7 giugno 2026 aggiornato da: Pernilla Lagergren, Karolinska Institutet

REcovery After Cancer Application (RECapp) - Personalised Support After Surgery for Oesophageal and Gastric Cancer Patients

The RECapp study is a clinical trial evaluating a digital tool designed to support patients recovering from surgery for oesophageal or stomach cancer. The goal is to reduce symptoms and improve quality of life during recovery.

Each year in Sweden, around 1,400 people are diagnosed with these cancers. Although more people are surviving thanks to better treatments, recovery after surgery is often long and challenging, with lasting physical and emotional effects. At the same time, healthcare systems are under pressure to provide long-term support.

RECapp is a digital platform developed together with patients and healthcare professionals. It includes a mobile app for patients and a web portal for healthcare staff. Patients can track their symptoms, receive personalised self-care advice, and get guidance on when to contact healthcare. Healthcare providers can follow patients' progress remotely.

In this study, 250 patients from across Sweden will take part.
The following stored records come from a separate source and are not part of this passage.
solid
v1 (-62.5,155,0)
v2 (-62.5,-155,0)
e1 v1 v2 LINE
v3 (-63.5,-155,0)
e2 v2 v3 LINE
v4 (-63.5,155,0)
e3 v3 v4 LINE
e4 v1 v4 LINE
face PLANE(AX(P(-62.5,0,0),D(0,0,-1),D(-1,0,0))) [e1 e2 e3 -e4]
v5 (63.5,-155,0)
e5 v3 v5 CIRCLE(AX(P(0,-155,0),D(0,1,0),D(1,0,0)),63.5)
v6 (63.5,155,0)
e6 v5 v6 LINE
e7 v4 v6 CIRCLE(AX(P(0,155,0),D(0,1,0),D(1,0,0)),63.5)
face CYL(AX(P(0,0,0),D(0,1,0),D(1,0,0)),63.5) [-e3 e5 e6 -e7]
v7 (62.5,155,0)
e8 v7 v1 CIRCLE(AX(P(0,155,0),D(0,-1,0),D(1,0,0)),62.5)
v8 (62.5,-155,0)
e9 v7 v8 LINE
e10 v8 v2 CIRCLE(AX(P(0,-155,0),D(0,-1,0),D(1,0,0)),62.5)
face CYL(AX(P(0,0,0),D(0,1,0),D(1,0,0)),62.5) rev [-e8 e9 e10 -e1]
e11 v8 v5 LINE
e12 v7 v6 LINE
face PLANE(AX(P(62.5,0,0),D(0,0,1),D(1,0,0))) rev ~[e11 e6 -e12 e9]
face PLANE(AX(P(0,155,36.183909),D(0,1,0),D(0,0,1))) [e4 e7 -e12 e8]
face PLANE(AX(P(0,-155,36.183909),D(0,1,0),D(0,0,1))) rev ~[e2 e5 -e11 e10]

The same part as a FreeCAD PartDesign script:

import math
import FreeCAD as App
import Part
import Sketcher

doc = App.newDocument("Part")
body = doc.addObject("PartDesign::Body", "Body")

sketch1 = doc.addObject("Sketcher::SketchObject", "Sketch")
body.addObject(sketch1)
sketch1.AttachmentSupport = (doc.XZ_Plane, [""])
sketch1.MapMode = "FlatFace"
sketch1.addGeometry(Part.LineSegment(App.Vector(-63.5, 0, 0), App.Vector(-62.5, 0, 0)), False)
sketch1.addGeometry(Part.ArcOfCircle(Part.Circle(App.Vector(0, 0, 0), App.Vector(0, 0, 1), 62.5), math.radians(0), math.radians(180)), False)
sketch1.addGeometry(Part.LineSegment(App.Vector(62.5, 0, 0), App.Vector(63.5, 0, 0)), False)
sketch1.addGeometry(Part.ArcOfCircle(Part.Circle(App.Vector(0, 0, 0), App.Vector(0, 0, 1), 63.5), math.radians(0), math.radians(180)), False)
sketch1.addConstraint(Sketcher.Constraint("Coincident", 0, 2, 1, 2))
sketch1.addConstraint(Sketcher.Constraint("Coincident", 1, 1, 2, 1))
sketch1.addConstraint(Sketcher.Constraint("Coincident", 2, 2, 3, 1))
sketch1.addConstraint(Sketcher.Constraint("Coincident", 3, 2, 0, 1))
sketch1.addConstraint(Sketcher.Constraint("Horizontal", 0))
sketch1.addConstraint(Sketcher.Constraint("Horizontal", 2))
sketch1.addConstraint(Sketcher.Constraint("Coincident", 1, 3, -1, 1))
sketch1.addConstraint(Sketcher.Constraint("Coincident", 3, 3, -1, 1))
sketch1.addConstraint(Sketcher.Constraint("PointOnObject", 0, 2, -1))
sketch1.addConstraint(Sketcher.Constraint("PointOnObject", 1, 1, -1))
sketch1.addConstraint(Sketcher.Constraint("Radius", 1, 62.5))
sketch1.addConstraint(Sketcher.Constraint("Radius", 3, 63.5))
pad1 = doc.addObject("PartDesign::Pad", "Pad")
body.addObject(pad1)
pad1.Profile = sketch1
pad1.Length = 310
pad1.Midplane = True

doc.recompute()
They will be randomly assigned to either standard care or standard care plus RECapp. Participants will be followed for six months after surgery, and their symptoms and quality of life will be regularly assessed through questionnaires.

If RECapp proves effective, it could become part of future cancer care in Sweden-helping patients feel better supported while also making care more efficient.

Panoramica dello studio

Stato

Non ancora reclutamento

Intervento / Trattamento

Descrizione dettagliata

The overall aim of the clinical trial is to evaluate the digital RECapp-platform, intended to reduce symptom burden and improve quality of life for patients who have undergone surgery with curative intent for oesophageal or gastric cancer.

In Sweden, approximately 1,400 patients, predominantly older men, are diagnosed with oesophageal or gastric cancer each year. Despite the poor prognosis of these cancer diagnoses, the number of survivors is increasing due to improved treatment options. When a curative approach is pursued, extensive, resectional surgery is usually performed, often in combination with oncological treatment. After surgery, recovery can be long, difficult, and incomplete, with reduced quality of life on a physical, psychological, and social level.

Cancer care providers and healthcare systems are challenged in meeting the growing needs of the rising number of patients surviving cancer. Furthermore, traditional long-term follow-up care involving routine hospital visits is being questioned for its effectiveness and the anxiety it may cause. There is a growing interest in patient-initiated and technology-assisted follow-ups using mobile applications to enhance autonomy, improve recovery, and reduce pressure on healthcare systems.

The Surgical Care Science research group has through multiprofessional collaborations and patient involvement developed the RECapp platform, consisting of a mobile app for patients and a web-based care portal for healthcare providers. The platform helps patients self-monitor their symptoms, provides personalised feedback, and recommends actions based on the symptoms reported. The RECapp platform allows patients to access their data through the RECapp app, while healthcare providers can review patient data in the RECapp care portal. The ambition has been to develop a digital platform to reduce symptom burden and increase patient autonomy in managing symptoms during the post-surgery recovery process, but also improve communication between patients and healthcare providers and optimise healthcare resource use by minimising unnecessary appointments and contacts.

The trial aims to test the RECapp-platform in a national randomised controlled trial, where 250 patients will be randomly assigned to either an intervention group (standard care + RECapp) or a control group (standard care only). Each research participant will be included in the study prior to surgery, and followed up for six months from hospital discharge post-surgery when the intervention is initiated. Both groups will be regularly assessed through validated questionnaires. The primary outcome is symptom burden at three months, and several secondary outcomes will be assessed at both three and six months. Sweden's seven university hospitals will be invited to participate in the clinical trial. Close relatives will be invited through participating patients, to respond to questionnaires about their experience as a close relative to these patients.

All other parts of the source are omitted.